## WORK REQUEST
When the line with "f 172 171 66" appears below, start repeating lines exactly, and keep going through the line with "v -18.485 1.967 -15.811"; add nothing outside that span.

(Items from a dataset)
━━━━━━━━━━━━━━━━
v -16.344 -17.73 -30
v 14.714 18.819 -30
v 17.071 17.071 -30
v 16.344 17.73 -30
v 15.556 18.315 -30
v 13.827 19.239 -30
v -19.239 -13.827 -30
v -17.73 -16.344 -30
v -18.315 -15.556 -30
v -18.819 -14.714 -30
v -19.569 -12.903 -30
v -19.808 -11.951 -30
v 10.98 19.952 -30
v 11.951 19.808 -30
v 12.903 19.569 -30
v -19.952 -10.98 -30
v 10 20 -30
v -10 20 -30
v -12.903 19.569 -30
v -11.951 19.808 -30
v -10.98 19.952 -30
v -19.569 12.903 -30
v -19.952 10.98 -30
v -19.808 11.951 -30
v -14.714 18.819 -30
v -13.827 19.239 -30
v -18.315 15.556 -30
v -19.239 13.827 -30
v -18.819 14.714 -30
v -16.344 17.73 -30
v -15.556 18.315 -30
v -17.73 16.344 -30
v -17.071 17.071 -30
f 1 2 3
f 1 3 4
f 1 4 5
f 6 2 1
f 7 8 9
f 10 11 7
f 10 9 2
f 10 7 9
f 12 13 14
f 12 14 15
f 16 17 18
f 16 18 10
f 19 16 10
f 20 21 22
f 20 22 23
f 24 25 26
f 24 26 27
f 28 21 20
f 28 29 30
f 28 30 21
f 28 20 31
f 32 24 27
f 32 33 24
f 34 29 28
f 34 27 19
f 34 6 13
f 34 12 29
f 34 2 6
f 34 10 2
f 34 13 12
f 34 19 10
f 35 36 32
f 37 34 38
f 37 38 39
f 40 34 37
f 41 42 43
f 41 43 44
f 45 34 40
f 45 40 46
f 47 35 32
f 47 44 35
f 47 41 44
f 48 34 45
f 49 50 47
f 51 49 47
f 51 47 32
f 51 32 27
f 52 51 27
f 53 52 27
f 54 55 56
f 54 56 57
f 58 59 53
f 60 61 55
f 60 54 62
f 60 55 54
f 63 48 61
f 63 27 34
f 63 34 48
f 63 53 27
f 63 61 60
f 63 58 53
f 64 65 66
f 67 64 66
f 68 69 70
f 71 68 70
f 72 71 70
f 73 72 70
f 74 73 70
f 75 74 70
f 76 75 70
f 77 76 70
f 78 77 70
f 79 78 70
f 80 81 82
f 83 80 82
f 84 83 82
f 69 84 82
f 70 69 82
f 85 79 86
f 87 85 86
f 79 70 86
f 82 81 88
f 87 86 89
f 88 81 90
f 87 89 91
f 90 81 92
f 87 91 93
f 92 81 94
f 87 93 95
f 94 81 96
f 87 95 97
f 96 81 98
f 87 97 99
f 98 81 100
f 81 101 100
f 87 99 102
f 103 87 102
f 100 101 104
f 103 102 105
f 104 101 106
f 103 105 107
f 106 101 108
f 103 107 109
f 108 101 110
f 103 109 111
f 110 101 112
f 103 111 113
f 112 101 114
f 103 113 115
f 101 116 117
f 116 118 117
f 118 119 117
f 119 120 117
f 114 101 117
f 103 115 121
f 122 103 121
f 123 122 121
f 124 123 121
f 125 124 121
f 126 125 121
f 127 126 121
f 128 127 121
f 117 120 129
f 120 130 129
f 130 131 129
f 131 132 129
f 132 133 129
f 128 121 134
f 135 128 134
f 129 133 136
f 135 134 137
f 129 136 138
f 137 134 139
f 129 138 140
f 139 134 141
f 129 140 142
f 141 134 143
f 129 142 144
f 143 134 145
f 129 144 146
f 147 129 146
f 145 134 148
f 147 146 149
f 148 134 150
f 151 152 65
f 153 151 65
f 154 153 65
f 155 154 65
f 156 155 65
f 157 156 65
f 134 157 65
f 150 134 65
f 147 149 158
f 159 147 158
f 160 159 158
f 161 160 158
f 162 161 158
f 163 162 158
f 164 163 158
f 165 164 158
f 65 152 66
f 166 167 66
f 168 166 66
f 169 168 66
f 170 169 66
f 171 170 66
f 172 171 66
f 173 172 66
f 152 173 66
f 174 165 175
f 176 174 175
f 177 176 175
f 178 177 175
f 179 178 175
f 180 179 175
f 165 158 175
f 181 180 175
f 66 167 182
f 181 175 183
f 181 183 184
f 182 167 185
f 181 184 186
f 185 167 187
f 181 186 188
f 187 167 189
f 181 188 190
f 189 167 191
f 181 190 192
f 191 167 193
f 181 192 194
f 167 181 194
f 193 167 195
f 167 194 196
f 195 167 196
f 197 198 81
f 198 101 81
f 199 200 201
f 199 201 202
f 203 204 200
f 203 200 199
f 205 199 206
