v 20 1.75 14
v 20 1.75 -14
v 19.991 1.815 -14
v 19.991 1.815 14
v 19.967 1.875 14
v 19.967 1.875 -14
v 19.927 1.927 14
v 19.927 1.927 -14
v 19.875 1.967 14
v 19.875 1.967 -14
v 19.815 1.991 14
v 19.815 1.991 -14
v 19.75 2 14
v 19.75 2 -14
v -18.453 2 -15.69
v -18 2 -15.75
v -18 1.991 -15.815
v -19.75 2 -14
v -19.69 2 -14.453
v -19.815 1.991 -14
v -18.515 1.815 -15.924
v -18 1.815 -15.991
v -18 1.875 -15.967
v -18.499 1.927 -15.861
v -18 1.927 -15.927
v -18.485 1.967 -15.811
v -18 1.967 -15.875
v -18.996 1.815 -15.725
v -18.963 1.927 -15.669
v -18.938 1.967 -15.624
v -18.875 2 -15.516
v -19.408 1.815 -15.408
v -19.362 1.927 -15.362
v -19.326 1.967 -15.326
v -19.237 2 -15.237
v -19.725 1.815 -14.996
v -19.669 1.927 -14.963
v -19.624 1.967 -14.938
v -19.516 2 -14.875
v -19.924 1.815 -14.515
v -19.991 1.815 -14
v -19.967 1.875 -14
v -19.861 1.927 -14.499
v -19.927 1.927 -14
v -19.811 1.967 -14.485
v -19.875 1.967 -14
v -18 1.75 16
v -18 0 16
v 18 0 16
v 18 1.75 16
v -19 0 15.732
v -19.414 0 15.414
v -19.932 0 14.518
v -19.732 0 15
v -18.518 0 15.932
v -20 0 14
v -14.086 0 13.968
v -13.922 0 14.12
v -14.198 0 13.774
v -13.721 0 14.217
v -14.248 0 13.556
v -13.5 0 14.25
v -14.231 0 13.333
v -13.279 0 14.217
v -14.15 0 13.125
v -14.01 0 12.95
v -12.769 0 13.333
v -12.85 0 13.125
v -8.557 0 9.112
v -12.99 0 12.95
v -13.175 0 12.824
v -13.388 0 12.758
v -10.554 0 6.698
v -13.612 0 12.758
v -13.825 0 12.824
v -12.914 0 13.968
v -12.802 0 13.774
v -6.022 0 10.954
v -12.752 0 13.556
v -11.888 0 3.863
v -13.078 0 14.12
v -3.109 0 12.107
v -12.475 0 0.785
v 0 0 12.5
━━━━━━━━━━━━━━━━
## SOLUTION
f 172 171 66
f 173 172 66
f 152 173 66
f 174 165 175
f 176 174 175
f 177 176 175
f 178 177 175
f 179 178 175
f 180 179 175
f 165 158 175
f 181 180 175
f 66 167 182
f 181 175 183
f 181 183 184
f 182 167 185
f 181 184 186
f 185 167 187
f 181 186 188
f 187 167 189
f 181 188 190
f 189 167 191
f 181 190 192
f 191 167 193
f 181 192 194
f 167 181 194
f 193 167 195
f 167 194 196
f 195 167 196
f 197 198 81
f 198 101 81
f 199 200 201
f 199 201 202
f 203 204 200
f 203 200 199
f 205 199 206
v 20 1.75 14
v 20 1.75 -14
v 19.991 1.815 -14
v 19.991 1.815 14
v 19.967 1.875 14
v 19.967 1.875 -14
v 19.927 1.927 14
v 19.927 1.927 -14
v 19.875 1.967 14
v 19.875 1.967 -14
v 19.815 1.991 14
v 19.815 1.991 -14
v 19.75 2 14
v 19.75 2 -14
v -18.453 2 -15.69
v -18 2 -15.75
v -18 1.991 -15.815
v -19.75 2 -14
v -19.69 2 -14.453
v -19.815 1.991 -14
v -18.515 1.815 -15.924
v -18 1.815 -15.991
v -18 1.875 -15.967
v -18.499 1.927 -15.861
v -18 1.927 -15.927
v -18.485 1.967 -15.811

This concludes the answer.